The parties should attempt to reach agreement on whether or not the employees should be retrenched. If the parties fail to reach agreement within one month of notice to the works council or employment council, the matter must be referred to the Retrenchment Board. A decision should be reached by the Retrenchment Board within two weeks of the matter being referred to it.

The Retrenchment Board sends a written recommendation to the Minister of Public service on whether or not the proposed retrenchment should be permitted. The Minister may approve the recommendation, with amendments if applicable, or refuse to grant the proposed retrenchment. There is no right of appeal to the Minister’s decision. However, the employer or the employees can apply to the Labour Court for a review of the process or of the package approved by the Minister.

Where the employer wishes to retrench five or more employees within a period of six months, then the employer is required to provide written notice to the works council or to the employment council.
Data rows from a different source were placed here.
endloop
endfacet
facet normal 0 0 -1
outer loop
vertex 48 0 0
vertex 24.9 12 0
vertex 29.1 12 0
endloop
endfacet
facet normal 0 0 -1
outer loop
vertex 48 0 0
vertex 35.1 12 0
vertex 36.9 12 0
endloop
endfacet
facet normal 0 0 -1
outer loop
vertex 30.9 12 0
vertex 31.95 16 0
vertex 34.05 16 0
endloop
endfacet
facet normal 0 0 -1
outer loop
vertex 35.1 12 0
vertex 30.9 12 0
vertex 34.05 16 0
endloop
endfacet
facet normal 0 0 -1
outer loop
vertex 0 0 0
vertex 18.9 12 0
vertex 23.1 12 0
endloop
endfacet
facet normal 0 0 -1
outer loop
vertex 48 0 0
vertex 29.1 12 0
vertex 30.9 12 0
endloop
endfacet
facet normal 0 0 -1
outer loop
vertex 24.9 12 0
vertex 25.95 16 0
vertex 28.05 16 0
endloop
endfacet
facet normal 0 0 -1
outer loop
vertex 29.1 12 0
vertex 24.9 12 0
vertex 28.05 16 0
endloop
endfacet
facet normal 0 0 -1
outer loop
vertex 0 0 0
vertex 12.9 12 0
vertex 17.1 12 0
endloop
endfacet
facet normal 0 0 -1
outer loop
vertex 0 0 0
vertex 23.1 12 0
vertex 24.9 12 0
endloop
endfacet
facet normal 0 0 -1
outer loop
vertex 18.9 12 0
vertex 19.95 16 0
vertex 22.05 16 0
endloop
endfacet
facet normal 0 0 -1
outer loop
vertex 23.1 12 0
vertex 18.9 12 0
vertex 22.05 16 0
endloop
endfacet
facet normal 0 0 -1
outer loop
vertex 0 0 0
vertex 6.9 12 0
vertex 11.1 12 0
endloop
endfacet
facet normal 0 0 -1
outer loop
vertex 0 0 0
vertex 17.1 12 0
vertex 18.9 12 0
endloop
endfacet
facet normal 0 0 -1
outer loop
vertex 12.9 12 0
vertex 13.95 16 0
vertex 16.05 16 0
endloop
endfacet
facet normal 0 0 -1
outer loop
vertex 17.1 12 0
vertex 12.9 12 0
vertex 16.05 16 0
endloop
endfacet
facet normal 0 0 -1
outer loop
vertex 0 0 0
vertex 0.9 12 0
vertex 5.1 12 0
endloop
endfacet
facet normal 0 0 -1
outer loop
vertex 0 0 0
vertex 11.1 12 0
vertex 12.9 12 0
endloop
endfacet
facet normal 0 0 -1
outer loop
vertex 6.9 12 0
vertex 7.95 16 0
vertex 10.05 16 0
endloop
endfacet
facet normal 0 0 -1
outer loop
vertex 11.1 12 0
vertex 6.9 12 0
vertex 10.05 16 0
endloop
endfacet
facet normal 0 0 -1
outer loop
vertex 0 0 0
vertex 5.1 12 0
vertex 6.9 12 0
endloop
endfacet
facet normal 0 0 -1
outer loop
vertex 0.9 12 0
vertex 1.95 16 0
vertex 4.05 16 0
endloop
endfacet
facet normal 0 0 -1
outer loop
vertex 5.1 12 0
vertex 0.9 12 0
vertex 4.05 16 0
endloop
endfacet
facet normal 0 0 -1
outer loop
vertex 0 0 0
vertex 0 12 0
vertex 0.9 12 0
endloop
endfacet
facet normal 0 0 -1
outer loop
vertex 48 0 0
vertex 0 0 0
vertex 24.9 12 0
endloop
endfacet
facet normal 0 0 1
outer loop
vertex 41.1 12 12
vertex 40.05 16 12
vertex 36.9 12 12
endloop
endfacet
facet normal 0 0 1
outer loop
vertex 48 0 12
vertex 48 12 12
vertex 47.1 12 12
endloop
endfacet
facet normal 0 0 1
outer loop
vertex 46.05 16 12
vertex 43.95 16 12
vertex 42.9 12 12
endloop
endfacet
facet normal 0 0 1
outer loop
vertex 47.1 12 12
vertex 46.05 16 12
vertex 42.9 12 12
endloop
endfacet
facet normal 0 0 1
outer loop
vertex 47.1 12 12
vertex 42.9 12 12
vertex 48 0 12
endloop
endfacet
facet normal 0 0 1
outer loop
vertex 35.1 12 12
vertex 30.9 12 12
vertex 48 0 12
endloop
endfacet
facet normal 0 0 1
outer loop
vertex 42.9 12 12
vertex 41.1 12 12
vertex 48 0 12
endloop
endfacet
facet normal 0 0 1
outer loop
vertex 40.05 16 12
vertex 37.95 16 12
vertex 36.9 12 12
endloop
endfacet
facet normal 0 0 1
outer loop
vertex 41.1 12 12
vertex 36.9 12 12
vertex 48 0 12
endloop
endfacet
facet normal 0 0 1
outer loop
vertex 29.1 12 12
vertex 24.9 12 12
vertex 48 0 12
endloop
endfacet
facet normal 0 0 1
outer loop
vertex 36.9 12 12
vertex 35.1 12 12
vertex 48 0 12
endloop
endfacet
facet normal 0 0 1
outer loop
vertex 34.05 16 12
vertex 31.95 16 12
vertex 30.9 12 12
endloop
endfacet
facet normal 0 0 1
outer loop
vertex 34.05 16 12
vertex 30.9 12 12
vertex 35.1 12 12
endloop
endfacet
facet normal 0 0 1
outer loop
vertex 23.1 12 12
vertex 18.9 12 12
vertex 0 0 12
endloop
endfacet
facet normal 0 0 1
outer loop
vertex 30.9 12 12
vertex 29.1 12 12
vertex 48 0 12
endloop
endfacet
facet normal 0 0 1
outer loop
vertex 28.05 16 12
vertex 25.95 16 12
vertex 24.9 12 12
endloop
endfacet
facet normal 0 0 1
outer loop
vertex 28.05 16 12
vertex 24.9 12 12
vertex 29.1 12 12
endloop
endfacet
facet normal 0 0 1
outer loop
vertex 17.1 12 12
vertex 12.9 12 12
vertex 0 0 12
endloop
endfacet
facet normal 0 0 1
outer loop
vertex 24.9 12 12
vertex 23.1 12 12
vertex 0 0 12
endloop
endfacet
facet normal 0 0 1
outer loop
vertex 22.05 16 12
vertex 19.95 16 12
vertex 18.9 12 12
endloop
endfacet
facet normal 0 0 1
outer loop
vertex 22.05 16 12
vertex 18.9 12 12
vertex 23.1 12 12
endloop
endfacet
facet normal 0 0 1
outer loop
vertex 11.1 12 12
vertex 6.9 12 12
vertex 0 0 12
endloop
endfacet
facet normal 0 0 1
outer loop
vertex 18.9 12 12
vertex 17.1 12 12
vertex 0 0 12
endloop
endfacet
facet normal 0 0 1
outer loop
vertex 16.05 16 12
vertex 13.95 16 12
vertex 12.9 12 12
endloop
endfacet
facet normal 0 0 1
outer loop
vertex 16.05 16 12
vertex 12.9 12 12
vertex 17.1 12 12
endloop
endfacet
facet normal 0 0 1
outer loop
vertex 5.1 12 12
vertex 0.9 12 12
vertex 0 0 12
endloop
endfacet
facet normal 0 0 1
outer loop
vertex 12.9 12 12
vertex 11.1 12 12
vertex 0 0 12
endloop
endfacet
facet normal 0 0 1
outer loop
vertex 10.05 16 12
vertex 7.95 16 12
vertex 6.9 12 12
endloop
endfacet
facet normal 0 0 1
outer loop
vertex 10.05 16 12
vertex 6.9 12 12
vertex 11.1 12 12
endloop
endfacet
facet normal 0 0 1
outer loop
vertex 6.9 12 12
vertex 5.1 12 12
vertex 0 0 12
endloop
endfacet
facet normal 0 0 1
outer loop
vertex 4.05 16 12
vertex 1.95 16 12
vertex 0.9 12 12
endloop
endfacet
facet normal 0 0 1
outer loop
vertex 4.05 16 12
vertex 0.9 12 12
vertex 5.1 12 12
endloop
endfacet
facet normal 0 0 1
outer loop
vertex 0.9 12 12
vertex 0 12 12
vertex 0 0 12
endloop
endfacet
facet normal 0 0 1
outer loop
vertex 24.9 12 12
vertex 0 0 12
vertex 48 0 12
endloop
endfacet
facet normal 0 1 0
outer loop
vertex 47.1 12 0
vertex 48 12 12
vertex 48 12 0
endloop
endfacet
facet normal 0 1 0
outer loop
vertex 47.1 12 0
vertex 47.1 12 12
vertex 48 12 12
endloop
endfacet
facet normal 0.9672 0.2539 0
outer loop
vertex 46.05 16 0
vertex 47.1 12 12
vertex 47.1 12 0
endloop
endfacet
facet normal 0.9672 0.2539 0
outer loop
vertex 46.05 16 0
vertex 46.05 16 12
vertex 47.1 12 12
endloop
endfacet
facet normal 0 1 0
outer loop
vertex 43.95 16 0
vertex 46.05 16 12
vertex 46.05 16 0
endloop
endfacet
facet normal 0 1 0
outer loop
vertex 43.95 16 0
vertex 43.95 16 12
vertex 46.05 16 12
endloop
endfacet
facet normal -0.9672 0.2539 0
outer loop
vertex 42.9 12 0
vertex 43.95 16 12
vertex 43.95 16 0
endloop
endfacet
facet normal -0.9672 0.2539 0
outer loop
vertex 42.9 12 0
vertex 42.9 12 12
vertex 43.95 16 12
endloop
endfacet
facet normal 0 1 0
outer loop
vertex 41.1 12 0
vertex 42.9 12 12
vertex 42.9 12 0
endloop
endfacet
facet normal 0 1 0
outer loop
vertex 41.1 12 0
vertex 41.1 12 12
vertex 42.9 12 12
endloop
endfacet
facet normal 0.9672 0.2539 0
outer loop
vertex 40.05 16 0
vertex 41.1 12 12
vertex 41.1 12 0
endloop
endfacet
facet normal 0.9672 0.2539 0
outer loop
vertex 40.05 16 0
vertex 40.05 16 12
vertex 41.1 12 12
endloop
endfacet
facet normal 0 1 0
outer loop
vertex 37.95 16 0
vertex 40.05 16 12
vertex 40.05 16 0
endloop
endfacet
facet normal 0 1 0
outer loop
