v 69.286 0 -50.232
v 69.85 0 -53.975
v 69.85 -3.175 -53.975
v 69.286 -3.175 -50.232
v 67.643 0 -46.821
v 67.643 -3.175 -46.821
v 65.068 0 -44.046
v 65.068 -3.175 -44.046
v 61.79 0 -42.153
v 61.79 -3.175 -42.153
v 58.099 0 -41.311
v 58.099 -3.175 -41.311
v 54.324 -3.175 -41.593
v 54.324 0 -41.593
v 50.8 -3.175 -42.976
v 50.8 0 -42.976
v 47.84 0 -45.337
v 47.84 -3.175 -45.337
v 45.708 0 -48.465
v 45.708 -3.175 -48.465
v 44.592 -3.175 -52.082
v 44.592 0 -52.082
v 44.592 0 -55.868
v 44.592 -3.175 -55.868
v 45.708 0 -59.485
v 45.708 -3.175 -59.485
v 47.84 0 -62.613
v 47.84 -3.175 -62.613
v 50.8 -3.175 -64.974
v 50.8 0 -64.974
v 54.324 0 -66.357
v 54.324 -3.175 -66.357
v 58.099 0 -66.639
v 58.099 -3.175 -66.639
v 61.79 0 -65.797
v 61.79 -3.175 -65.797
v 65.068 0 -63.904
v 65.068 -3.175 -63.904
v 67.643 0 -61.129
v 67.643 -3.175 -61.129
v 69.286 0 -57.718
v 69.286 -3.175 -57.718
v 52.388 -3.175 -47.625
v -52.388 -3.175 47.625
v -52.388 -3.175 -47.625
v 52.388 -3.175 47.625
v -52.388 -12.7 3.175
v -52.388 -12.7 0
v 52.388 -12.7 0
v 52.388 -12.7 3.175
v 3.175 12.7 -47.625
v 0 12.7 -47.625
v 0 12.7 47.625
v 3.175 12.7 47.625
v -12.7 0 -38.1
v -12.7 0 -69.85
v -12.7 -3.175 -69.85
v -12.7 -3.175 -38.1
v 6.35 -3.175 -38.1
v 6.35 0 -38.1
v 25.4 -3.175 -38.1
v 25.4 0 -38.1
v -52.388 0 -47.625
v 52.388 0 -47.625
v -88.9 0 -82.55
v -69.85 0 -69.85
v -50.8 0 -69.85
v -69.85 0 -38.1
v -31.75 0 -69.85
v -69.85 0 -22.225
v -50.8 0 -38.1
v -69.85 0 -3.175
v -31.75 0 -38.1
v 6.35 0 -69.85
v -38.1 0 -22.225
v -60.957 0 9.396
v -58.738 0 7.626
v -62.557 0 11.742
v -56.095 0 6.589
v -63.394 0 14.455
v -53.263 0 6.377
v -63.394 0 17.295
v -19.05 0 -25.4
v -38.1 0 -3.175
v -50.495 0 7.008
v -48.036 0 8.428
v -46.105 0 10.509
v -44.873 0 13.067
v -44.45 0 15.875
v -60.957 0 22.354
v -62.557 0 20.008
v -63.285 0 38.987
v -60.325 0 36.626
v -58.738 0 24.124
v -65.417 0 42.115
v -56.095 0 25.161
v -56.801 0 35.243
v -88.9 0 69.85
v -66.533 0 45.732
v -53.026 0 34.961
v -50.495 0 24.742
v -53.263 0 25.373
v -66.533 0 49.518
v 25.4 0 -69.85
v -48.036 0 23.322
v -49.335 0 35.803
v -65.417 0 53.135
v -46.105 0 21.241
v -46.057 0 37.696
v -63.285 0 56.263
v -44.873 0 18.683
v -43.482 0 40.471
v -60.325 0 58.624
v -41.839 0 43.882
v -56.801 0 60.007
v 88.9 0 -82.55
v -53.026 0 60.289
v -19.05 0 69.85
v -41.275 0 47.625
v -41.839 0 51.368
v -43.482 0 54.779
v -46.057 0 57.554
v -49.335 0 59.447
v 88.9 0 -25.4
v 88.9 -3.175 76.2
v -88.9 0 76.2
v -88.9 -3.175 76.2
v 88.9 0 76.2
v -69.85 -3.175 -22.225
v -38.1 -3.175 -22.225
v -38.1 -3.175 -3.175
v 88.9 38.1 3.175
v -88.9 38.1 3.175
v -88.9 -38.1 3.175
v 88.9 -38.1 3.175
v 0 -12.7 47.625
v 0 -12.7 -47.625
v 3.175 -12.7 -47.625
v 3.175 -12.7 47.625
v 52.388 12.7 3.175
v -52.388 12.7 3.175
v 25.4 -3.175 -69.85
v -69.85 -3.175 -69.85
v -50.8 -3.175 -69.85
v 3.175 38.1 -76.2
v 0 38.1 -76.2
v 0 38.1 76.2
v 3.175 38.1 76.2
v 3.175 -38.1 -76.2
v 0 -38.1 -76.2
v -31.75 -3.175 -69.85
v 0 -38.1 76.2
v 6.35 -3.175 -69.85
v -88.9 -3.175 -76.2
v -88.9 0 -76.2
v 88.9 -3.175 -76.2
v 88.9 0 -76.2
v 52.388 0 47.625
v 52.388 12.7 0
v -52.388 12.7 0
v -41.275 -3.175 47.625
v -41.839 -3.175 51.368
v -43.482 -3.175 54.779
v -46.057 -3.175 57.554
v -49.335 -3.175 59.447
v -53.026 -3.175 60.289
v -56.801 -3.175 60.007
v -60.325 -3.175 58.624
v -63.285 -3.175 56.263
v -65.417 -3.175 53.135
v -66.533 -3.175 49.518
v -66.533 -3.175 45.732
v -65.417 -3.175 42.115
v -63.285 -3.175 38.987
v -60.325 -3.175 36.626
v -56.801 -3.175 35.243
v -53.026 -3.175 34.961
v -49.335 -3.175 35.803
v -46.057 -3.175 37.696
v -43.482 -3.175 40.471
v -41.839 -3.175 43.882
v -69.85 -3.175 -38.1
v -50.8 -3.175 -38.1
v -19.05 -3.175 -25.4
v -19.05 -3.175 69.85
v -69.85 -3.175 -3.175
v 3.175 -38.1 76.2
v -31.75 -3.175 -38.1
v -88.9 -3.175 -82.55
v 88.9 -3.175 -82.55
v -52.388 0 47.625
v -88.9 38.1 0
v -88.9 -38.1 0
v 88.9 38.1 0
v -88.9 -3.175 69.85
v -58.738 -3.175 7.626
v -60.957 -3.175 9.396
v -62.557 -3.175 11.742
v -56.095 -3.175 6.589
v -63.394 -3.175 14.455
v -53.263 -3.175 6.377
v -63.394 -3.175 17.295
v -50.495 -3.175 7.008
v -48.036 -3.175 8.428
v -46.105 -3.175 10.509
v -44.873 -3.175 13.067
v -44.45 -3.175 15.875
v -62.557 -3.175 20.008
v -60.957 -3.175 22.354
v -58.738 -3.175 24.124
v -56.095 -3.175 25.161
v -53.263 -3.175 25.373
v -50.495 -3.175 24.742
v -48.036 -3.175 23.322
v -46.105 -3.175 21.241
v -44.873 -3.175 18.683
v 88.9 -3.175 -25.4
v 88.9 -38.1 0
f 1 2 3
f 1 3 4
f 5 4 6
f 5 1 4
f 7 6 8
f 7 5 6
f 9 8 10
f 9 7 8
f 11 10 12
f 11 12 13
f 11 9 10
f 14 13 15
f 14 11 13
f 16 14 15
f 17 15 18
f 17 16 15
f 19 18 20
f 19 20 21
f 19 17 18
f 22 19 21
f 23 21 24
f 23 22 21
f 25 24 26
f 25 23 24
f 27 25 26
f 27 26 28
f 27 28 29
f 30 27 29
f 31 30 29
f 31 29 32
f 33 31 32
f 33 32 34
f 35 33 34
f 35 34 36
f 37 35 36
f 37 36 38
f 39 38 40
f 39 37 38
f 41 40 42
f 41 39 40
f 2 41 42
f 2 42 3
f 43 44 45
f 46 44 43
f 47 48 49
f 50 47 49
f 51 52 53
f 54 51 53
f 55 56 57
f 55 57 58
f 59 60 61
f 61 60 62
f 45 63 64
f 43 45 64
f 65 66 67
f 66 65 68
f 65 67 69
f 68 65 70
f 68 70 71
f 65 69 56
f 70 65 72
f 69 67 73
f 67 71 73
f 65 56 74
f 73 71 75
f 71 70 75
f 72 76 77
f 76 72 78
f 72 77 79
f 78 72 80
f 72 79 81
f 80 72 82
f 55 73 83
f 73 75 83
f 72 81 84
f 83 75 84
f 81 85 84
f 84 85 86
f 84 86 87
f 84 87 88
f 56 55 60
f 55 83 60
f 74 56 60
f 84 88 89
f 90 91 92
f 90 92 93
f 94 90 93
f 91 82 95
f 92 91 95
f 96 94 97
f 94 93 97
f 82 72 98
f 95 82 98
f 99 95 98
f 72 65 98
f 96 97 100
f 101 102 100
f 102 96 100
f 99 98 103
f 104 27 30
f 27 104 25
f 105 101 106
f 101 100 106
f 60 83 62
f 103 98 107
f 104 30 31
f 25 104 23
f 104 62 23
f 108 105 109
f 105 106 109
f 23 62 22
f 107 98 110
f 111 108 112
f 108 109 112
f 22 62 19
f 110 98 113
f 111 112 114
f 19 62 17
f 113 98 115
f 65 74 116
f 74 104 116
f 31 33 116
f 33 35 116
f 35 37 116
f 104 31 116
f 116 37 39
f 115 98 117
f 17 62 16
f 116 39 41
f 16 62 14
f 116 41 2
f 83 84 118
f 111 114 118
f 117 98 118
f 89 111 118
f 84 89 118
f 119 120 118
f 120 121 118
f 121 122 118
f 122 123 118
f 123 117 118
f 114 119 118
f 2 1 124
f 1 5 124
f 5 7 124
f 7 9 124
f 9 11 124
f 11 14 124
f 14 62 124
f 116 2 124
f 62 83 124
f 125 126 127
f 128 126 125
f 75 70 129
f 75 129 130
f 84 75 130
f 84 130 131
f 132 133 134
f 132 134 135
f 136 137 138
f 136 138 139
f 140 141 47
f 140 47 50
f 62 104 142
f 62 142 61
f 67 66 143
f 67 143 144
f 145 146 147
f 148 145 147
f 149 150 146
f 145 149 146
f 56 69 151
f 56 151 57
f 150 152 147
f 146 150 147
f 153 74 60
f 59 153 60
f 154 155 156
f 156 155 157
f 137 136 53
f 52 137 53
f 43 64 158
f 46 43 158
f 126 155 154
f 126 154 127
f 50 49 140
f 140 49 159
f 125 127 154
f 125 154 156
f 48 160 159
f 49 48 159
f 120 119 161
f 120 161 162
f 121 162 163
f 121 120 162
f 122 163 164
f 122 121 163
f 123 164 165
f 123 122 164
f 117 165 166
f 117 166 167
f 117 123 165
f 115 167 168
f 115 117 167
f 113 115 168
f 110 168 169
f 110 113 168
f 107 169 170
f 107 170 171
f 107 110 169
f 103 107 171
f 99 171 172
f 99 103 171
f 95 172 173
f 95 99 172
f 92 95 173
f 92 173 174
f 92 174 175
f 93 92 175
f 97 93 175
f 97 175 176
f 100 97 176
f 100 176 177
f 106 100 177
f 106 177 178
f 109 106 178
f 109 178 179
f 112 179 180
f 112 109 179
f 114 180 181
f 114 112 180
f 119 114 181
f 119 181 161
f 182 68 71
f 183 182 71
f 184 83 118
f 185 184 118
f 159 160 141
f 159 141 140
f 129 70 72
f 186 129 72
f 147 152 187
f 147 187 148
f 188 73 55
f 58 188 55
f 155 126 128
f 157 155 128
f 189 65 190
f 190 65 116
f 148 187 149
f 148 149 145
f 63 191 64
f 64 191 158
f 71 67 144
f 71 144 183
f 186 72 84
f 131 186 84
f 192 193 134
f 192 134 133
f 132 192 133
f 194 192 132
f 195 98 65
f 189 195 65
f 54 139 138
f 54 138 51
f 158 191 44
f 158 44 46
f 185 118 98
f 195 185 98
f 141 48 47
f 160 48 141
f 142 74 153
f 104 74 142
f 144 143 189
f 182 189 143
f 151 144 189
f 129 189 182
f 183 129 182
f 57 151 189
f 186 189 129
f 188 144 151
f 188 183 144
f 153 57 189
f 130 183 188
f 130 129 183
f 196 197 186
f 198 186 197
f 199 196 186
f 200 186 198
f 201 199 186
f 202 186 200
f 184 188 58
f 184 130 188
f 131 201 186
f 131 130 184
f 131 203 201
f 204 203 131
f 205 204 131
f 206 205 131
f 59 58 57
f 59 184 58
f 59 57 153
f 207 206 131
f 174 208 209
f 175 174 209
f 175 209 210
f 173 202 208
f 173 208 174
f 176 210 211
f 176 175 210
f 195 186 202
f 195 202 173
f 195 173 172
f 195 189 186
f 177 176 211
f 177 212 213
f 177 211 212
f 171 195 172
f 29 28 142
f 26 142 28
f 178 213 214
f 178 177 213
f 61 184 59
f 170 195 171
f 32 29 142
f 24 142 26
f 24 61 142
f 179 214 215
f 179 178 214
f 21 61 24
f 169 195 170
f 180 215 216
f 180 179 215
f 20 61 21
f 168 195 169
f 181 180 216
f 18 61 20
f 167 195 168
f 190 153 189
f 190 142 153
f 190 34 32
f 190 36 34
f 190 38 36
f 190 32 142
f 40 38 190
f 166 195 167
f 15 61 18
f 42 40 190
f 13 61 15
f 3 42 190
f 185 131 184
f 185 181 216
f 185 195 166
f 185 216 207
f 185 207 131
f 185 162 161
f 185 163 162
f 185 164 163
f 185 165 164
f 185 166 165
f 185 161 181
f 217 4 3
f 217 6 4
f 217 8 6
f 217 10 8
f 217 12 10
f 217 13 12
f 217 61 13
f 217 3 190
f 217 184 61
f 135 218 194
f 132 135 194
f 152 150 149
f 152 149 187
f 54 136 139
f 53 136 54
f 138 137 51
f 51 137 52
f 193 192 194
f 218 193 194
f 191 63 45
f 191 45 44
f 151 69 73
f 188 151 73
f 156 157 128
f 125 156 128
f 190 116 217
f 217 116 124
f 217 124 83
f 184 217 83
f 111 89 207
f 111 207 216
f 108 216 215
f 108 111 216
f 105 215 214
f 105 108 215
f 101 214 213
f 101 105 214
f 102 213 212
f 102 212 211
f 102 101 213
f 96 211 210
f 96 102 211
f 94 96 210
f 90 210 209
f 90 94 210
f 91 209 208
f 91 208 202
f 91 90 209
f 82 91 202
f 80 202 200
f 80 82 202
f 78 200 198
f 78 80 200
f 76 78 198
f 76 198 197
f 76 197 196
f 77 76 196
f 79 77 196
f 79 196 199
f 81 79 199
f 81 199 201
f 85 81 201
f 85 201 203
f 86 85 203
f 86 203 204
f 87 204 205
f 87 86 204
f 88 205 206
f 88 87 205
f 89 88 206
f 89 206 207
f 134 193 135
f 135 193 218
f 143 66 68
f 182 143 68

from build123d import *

# Parameters (mm, degrees)
F0_W      = 19.05
F0_H      = 31.75
F0_W_2    = 31.75
F0_H_2    = 19.05
F0_R      = 12.7
F0_R_2    = 9.525
F5_DEPTH  = 3.175
F1_W      = 104.775
F1_H      = 95.25
F6_DEPTH  = 3.175
F2_W      = 76.2
F2_H      = 152.4
F7_DEPTH  = 3.175
F3_W      = 177.8
F3_H      = 76.2
F8_DEPTH  = 3.175
F4_W      = 177.8
F4_H      = 152.4
F9_DEPTH  = 3.175
F10_W     = 25.4
F10_H     = 95.25
F11_DEPTH = 3.175
F12_W     = 104.775
F12_H     = 25.4
F13_DEPTH = 3.175


with BuildPart() as f5:
    # F0 (on Front) → F5 (new body)
    with BuildSketch(Plane.XZ):
        Polygon((-19.05, -25.4), (-19.05, 69.85), (-88.9, 69.85), (-88.9, -69.85), (-88.9, -82.55), (88.9, -82.55), (88.9, -69.85), (88.9, -47.625), (88.9, -25.4), align=None)
        with Locations((-60.325, -53.975)):
            Rectangle(F0_W, F0_H, mode=Mode.SUBTRACT)
        with Locations((-22.225, -53.975)):
            Rectangle(F0_W, F0_H, mode=Mode.SUBTRACT)
        with Locations((-53.975, -12.7)):
            Rectangle(F0_W_2, F0_H_2, mode=Mode.SUBTRACT)
        with Locations((15.875, -53.975)):
            Rectangle(F0_W, F0_H, mode=Mode.SUBTRACT)
        with Locations((57.15, -53.975)):
            Circle(F0_R, mode=Mode.SUBTRACT)
        with Locations((-53.975, 15.875)):
            Circle(F0_R_2, mode=Mode.SUBTRACT)
        with Locations((-53.975, 47.625)):
            Circle(F0_R, mode=Mode.SUBTRACT)
    extrude(amount=F5_DEPTH)


with BuildPart() as f6:
    # F1 (on Front) → F6 (new body)
    with BuildSketch(Plane.XZ):
        Rectangle(F1_W, F1_H)
    extrude(amount=F6_DEPTH)


with BuildPart() as f7:
    # F2 (on Right) → F7 (new body)
    with BuildSketch(Plane.YZ):
        Rectangle(F2_W, F2_H)
    extrude(amount=F7_DEPTH)


with BuildPart() as f8:
    # F3 (on Top) → F8 (new body)
    with BuildSketch(Plane.XY):
        Rectangle(F3_W, F3_H)
    extrude(amount=F8_DEPTH)


with BuildPart() as f9:
    # F4 (on Front) → F9 (new body)
    with BuildSketch(Plane.XZ):
        Rectangle(F4_W, F4_H)
    extrude(amount=F9_DEPTH)


with BuildPart() as f11:
    # F10 (on Right) → F11 (new body)
    with BuildSketch(Plane.YZ):
        Rectangle(F10_W, F10_H)
    extrude(amount=F11_DEPTH)


with BuildPart() as f13:
    # F12 (on Top) → F13 (new body)
    with BuildSketch(Plane.XY):
        Rectangle(F12_W, F12_H)
    extrude(amount=F13_DEPTH)


solid = Compound([f5.part, f6.part, f7.part, f8.part, f9.part, f11.part, f13.part])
The procedure to be followed by the works council/ employment council mirrors that listed above. If there is no works council or employment council, the notice must be sent to the Retrenchment Board

It is important to note that employees must be kept informed of and consulted at the earliest possible opportunity. The employer is permitted to exercise its discretion when determining which employees are to be retrenched, provided there is no discrimination on constitutionally objectionable grounds.

There are no statutory minimum benefits prescribed and the amount of any such benefits is the subject either of agreement in the works council or employment council, or determination by the Minister in giving approval for the retrenchments (after taking into account any recommendation made by the Retrenchment Board).

Despite the absence of a statutory minimum, the general practice is to determine generous retrenchment packages.  A typical retrenchment package comprises: notice pay (three months for permanent employees); severance pay (usually one or two months basic pay); service recognition pay (usually one month for every year served) and a relocation allowance equivalent to one month’s pay or transport (not always given).

The above is a summary of the requirements in the specified jurisdictions. It is recommended that legal advice and guidance is obtained before commencing with a retrenchment exercise.